Non-profit

UndocuBlack Network

Website:

undocublack.org

Location:

MD

Tax-Exempt Status:

501(c)(3)

Project of:

The Praxis Project

Formation:

2016

Type:

Left-wing Immigration Advocacy

Executive Director:

Jonathan Jayes-Green

UndocuBlack Network is a left-wing advocacy group for illegal immigrants, primarily those who are black. UndocuBlack lobbies for repealing border security and immigration regulation policies, while also calling for more lenient criminal justice policies. These include ending life sentences without parole, ending mandatory minimum sentences, decriminalizing illegal border crossings, and ending capital punishment. [1]

UndocuBlack Network partners with radical left-wing groups on immigration policy like Black and Pink, which advocates for abolishing incarceration and criminal courts. UndocuBlack has also advocated for the unconditional release of legally detained migrants from Immigration and Customs Enforcement (ICE) custody. [2] [3]

Background

Launched in 2016, UndocuBlack Network is a child organization of The Praxis Project, a left-wing advocacy group for many issues including immigration, abortion, and environmentalism. [4]

On January 15, 2016, UndocuBlack Network hosted its inaugural event in Miami, Florida called “The Undocumented and Black Convening,” which only black illegal immigrants could attend. According to executive director Jonathan Jayes-Green, the event was organized to “blackify” the narratives of illegal immigrants who are black. [5]

Advocacy

Since its inception, UndocuBlack has advocated for federal legislation and executive action that revises or removes existing provisions for immigration enforcement and normal criminal justice procedures in several major proposals.

Criminal Justice

In November 2019, UndocuBlack Network was named by left-wing U.S. Rep. Ayanna Pressley (D-MA) as having helped draw up her radical criminal justice reform bill. The bill proposes to repeal Federal laws prohibiting unauthorized border crossings, as well as the detention and deportation for those who violate such laws, among other major changes to make criminal justice more lenient. [6] [7]

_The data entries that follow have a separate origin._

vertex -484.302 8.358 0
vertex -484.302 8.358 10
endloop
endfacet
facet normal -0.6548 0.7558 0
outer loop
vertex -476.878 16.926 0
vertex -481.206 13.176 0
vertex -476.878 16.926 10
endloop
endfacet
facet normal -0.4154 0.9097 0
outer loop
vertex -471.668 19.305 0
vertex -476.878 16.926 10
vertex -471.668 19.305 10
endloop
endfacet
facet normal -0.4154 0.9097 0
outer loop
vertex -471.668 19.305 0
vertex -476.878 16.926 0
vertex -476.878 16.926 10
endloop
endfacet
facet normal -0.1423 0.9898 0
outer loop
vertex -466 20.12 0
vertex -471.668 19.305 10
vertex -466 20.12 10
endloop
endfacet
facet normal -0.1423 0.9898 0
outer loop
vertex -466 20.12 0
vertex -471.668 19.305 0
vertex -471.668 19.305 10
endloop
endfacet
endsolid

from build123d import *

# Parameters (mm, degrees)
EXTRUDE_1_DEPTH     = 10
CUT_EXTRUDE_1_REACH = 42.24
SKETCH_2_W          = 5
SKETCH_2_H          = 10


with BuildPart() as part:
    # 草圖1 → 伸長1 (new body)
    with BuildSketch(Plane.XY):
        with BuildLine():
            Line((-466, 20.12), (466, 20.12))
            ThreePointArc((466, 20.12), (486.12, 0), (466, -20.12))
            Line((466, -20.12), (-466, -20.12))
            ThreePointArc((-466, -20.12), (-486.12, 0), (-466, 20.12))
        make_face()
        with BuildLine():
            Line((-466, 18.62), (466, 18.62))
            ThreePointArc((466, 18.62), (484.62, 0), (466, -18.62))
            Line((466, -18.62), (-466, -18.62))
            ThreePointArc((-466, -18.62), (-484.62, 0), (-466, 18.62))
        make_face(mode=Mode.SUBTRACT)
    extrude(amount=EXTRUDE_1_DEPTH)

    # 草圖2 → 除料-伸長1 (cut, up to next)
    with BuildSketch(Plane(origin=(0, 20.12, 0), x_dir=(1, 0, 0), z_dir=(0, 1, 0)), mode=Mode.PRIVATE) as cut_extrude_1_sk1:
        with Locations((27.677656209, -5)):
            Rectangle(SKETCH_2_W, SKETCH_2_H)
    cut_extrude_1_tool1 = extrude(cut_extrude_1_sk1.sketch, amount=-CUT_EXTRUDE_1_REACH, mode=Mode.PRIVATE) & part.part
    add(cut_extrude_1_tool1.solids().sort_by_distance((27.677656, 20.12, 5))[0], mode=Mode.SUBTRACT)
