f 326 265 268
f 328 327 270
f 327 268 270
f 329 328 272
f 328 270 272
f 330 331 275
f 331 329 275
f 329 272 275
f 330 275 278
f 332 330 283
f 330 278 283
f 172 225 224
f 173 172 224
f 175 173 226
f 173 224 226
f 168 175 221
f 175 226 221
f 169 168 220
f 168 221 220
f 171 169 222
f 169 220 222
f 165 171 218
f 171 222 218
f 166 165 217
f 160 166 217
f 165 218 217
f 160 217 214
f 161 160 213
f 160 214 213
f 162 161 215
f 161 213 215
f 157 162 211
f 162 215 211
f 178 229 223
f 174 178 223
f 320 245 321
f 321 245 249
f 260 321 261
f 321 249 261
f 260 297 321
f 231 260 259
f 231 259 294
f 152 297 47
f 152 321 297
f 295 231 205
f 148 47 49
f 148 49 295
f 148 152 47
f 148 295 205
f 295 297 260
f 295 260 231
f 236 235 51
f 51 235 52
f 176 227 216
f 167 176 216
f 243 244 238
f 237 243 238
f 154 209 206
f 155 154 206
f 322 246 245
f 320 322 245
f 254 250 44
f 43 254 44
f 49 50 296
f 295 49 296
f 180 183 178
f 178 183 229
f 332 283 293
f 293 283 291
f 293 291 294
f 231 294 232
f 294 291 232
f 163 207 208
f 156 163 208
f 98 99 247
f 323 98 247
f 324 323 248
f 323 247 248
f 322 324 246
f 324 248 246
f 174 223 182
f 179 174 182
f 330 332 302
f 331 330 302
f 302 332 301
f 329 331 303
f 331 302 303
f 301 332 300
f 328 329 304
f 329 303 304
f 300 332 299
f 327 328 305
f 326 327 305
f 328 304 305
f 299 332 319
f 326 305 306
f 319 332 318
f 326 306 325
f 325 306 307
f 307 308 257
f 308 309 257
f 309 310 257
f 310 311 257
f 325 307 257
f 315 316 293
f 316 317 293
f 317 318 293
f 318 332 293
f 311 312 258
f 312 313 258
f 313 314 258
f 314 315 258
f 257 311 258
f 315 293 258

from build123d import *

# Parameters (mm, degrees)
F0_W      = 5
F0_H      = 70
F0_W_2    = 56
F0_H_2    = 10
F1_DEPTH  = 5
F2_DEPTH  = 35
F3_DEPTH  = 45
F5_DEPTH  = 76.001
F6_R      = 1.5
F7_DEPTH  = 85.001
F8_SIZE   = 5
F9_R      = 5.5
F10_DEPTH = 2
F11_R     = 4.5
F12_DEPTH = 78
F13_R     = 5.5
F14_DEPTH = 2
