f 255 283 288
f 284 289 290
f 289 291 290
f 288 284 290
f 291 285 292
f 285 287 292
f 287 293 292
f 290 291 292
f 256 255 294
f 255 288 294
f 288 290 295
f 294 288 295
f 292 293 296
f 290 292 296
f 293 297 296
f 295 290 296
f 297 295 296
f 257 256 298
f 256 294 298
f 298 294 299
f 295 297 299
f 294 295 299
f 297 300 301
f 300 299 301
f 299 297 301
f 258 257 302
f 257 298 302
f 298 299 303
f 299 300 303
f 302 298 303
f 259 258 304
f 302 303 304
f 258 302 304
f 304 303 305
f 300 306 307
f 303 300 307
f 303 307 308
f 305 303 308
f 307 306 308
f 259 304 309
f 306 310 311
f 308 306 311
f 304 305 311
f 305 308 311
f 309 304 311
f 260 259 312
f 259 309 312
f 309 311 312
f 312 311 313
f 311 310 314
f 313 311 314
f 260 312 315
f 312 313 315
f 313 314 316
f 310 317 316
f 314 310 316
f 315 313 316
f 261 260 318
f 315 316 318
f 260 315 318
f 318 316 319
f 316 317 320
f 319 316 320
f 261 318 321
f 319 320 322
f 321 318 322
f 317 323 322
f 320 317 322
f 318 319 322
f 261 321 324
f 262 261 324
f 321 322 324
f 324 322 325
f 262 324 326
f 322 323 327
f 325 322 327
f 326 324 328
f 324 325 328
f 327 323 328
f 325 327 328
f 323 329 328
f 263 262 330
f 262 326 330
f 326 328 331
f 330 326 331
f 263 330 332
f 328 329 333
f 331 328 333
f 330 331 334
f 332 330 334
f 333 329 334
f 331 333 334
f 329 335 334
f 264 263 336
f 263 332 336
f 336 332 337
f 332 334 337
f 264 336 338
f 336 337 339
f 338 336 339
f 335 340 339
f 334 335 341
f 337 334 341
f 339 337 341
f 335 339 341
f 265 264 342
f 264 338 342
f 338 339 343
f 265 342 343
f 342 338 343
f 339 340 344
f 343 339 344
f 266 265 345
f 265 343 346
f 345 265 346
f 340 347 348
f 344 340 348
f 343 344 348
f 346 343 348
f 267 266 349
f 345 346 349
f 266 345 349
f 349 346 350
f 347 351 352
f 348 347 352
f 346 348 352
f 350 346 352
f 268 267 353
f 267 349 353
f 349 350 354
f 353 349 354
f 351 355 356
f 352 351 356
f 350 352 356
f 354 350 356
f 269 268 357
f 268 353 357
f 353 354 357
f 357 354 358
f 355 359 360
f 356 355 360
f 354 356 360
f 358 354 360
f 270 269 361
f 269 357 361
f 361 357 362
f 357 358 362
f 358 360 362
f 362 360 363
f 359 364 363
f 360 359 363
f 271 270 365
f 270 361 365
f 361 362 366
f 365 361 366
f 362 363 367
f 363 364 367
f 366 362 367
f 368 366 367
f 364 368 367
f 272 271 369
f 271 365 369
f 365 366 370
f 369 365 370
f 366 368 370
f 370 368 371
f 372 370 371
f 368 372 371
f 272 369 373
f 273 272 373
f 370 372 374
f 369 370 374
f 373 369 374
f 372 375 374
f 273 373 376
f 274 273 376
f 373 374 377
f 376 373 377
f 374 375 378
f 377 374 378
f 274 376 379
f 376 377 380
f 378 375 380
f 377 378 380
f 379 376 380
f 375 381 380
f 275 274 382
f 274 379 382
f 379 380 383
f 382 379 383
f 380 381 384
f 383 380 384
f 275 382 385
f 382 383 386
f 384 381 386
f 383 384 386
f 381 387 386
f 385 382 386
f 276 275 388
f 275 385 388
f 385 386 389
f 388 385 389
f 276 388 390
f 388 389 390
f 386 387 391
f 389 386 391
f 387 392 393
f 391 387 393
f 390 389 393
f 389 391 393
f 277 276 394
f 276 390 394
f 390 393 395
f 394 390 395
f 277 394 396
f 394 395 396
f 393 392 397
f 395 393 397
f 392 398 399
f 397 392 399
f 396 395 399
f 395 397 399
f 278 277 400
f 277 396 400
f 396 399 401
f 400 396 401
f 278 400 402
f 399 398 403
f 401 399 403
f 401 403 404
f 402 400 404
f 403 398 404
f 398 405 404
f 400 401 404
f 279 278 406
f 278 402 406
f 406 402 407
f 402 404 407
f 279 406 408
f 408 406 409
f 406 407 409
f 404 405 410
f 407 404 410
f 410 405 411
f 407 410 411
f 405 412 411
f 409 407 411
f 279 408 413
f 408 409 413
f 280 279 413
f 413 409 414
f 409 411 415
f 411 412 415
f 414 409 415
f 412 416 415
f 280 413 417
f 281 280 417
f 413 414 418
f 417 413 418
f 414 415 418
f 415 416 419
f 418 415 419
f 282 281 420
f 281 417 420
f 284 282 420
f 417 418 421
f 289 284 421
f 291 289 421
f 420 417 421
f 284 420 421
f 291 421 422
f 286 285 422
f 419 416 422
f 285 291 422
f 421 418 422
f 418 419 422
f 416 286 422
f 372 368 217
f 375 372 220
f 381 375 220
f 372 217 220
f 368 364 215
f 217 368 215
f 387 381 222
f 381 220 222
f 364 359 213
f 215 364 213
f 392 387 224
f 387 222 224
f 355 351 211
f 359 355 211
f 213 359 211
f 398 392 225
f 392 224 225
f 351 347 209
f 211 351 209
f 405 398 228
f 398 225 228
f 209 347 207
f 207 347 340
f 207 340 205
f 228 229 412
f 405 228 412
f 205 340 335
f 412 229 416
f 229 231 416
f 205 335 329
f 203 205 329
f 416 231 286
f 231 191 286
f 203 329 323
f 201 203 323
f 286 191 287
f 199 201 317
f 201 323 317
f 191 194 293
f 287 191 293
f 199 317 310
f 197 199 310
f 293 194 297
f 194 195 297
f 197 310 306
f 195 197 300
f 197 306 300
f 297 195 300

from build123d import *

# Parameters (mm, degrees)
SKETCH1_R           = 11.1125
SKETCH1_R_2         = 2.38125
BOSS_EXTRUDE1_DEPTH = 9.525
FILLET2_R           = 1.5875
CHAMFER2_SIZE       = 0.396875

Deferred Enforced Departure Program

On March 8, 2019, UndocuBlack filed a lawsuit against the Trump administration for announcing the expiration of the Deferred Enforced Departure program (DED). The administration noted the decision was made considering improved conditions in Liberia. [8] On March 28, 2019, President Trump issued an executive order extending the deadline to March 30, 2020. [9] On December 17, 2019, President Trump signed the National Defense Authorization Act (NDAA), which included a provision to allow 4,000 Liberians living in the United States to apply for permanent residency. UndocuBlack Network celebrated President Trump’s second executive order and the NDAA provision; despite this, UndocuBlack and African Communities Together chose to move forward with the lawsuit. [10] [11] [12] [13]

21 Savage

In February 2019, UndocuBlack Network rallied for the release of British-born rapper She’yaa Bin Abraham-Joseph (known by the stage name “21 Savage”), who was taken into custody for having overstayed his authorization to remain in the United States. UndocuBlack Network created a petition with Black Lives Matter and several other groups which gathered about 500,000 signatures for his release from Immigration and Customs Enforcement custody. [14] [15]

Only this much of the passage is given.